Today, more than half of abortions are completed with the abortion pill, a two-drug regimen administered to kill a woman’s preborn child. The first drug, mifepristone, blocks the pregnancy hormone progesterone, cutting off the blood supply and nutrients to the preborn child. The second drug, misoprostol, causes the woman’s body to expel her now dead baby.
In 2000, the FDA first approved mifepristone for use as a “medication” with severe restrictions, claiming it had a “meaningful therapeutic benefit.” But keep in mind, the abortion pill isn’t truly medication at all. Medicine is intended to cure or treat a disease or illness, and pregnancy is clearly not a disease. Therefore, mifepristione has zero therapeutic benefit, and should never have been approved in the first place.
In 2011, the agency formally placed a “REMS” designation, or Risk Evaluation and Mitigation Strategy designation, on the drug.
The REMS program is supposed to “help ensure the benefits of the medication outweigh its risks,” though the FDA acknowledges it is “not designed to mitigate all the adverse events of a medication.”
The agency reserves REMS designations for only the most dangerous drugs with “serious safety concerns.” Of the 20,000 prescription drugs approved by the FDA, just 67 — or 00.3% — have REMS designations.
As a part of the REMS designation, for years, the FDA maintained an “in-person dispensing requirement,” mandating women obtain mifepristone in-person from a licensed physician in a clinic, medical office, or hospital.

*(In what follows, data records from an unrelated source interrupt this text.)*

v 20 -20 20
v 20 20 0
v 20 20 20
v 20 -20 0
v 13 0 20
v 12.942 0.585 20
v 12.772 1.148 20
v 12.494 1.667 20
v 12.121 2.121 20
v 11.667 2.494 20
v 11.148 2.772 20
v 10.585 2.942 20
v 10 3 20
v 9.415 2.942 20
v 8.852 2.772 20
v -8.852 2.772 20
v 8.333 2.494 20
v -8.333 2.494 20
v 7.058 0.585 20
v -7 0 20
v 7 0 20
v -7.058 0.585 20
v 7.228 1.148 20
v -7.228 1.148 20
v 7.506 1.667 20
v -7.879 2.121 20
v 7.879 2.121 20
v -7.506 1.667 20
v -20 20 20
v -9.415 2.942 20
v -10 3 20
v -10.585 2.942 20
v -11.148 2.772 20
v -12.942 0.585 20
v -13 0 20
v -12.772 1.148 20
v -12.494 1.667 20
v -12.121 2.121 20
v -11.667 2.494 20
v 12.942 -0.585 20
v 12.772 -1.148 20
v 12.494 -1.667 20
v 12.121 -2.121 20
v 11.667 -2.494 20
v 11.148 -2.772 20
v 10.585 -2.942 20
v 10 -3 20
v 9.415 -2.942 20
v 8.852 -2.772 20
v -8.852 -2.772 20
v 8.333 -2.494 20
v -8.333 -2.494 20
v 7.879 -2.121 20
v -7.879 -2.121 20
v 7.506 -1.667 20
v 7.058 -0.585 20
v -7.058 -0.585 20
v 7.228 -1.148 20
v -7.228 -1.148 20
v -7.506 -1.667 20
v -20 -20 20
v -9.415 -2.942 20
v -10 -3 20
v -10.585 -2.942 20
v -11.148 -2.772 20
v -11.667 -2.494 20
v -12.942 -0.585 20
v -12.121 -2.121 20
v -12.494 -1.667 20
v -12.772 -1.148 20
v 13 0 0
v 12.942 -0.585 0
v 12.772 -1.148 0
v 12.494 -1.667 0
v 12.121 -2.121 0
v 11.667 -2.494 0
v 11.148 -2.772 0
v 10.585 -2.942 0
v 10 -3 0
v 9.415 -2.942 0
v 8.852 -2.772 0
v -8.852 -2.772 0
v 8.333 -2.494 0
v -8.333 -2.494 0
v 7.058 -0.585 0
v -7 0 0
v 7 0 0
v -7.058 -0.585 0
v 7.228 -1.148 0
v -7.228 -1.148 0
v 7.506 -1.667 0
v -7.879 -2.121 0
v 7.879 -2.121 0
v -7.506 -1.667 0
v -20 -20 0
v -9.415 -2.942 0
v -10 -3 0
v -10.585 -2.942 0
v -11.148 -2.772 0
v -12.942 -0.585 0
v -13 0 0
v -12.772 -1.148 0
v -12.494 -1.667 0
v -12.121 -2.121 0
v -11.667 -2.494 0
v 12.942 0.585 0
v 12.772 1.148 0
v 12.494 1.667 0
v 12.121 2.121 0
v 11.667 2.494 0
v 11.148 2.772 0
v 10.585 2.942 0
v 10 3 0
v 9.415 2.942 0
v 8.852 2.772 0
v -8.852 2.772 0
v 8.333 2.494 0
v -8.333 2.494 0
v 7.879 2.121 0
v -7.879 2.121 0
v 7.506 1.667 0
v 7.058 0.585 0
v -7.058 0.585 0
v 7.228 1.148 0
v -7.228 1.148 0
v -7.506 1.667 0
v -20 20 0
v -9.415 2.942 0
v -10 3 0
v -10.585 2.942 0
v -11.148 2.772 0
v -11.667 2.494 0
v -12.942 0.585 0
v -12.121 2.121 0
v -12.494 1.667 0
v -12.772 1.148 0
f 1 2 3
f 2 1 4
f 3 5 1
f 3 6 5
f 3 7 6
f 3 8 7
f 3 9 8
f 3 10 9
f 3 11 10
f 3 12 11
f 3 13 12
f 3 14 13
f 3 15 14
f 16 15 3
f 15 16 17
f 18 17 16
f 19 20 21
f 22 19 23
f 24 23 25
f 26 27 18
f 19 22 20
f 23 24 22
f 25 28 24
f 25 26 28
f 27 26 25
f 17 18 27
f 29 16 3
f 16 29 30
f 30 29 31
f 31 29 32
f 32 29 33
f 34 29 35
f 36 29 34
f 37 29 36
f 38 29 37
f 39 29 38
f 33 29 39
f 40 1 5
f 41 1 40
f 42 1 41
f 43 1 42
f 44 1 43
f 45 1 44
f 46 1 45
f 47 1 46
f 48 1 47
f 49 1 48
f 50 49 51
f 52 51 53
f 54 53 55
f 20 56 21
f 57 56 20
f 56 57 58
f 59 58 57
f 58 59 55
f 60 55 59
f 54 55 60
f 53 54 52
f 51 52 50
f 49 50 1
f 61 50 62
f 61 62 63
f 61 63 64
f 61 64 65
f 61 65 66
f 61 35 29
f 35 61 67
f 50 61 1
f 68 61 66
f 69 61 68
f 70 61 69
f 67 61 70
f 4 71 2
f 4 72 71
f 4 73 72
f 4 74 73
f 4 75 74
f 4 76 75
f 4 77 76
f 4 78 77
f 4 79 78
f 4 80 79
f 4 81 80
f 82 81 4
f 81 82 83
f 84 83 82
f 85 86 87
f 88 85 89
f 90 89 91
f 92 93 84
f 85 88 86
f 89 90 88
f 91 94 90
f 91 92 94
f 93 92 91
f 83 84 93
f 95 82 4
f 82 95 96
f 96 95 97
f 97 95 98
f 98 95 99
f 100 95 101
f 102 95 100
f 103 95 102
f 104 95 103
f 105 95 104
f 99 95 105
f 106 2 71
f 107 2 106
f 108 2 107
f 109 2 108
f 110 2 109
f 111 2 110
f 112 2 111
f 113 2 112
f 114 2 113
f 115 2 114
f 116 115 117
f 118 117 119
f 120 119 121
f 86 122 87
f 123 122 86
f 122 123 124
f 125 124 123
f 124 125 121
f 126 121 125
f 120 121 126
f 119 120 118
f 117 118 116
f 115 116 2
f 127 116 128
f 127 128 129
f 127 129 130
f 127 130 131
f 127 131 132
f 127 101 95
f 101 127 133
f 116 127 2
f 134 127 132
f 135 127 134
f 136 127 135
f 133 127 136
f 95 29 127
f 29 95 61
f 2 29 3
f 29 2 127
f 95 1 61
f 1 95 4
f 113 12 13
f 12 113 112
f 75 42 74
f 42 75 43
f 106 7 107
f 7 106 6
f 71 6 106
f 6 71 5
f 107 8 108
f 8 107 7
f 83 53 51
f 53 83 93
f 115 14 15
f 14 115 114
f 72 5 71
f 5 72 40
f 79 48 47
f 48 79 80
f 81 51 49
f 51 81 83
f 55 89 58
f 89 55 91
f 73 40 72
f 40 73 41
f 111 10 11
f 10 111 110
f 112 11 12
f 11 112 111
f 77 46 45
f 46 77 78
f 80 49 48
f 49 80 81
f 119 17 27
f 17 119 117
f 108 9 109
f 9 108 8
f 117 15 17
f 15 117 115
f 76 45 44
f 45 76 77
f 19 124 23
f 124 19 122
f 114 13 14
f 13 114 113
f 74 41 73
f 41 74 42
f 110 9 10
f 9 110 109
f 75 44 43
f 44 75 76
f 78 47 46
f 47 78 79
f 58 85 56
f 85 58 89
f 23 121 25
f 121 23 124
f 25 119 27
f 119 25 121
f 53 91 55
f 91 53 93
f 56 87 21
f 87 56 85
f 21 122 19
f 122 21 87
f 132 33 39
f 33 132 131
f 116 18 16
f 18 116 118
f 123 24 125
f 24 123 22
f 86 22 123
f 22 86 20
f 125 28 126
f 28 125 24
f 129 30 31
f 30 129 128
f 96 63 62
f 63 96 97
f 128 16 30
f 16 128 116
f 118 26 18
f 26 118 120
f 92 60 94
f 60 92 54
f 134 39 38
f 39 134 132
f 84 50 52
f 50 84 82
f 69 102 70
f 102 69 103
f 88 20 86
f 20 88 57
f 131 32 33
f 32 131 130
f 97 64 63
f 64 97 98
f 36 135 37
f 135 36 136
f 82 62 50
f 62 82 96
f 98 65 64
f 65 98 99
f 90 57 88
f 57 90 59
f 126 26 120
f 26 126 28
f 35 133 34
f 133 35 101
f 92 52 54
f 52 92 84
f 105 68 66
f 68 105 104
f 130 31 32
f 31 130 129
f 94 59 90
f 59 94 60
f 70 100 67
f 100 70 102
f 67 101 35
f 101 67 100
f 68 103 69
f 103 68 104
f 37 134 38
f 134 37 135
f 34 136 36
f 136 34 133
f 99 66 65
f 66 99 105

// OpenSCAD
// Generated by scadwright. Do not hand-edit —
// edit the Python source and regenerate.

$fn = 32;

difference() {
    translate([-20, -20, 0]) {
        cube([40, 40, 20], center=false);
    }
    translate([10, 0, 0]) {
        cylinder(h=22, r=3, center=false);
    }
    translate([-10, 0, 0]) {
        cylinder(h=22, r=3, center=false);
    }
}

But in December 2021, the FDA temporarily halted enforcement of the requirement, ostensibly due to the COVID-19 pandemic, allowing women to obtain the abortion pill by mail for the first time. The FDA made this modification permanent in 2023.
In 2021, the FDA also added a new pharmacy certification process, permitting retail pharmacies nationwide — like Walgreens and CVS — to apply for permission to sell the drug.
Today, a woman can get a prescription for the abortion pill through a telehealth appointment, order the pill online at Walgreens, receive the pill in the mail, abort her child in the bathroom, and flush her human child down the toilet, never speaking to another human being in person about her decision.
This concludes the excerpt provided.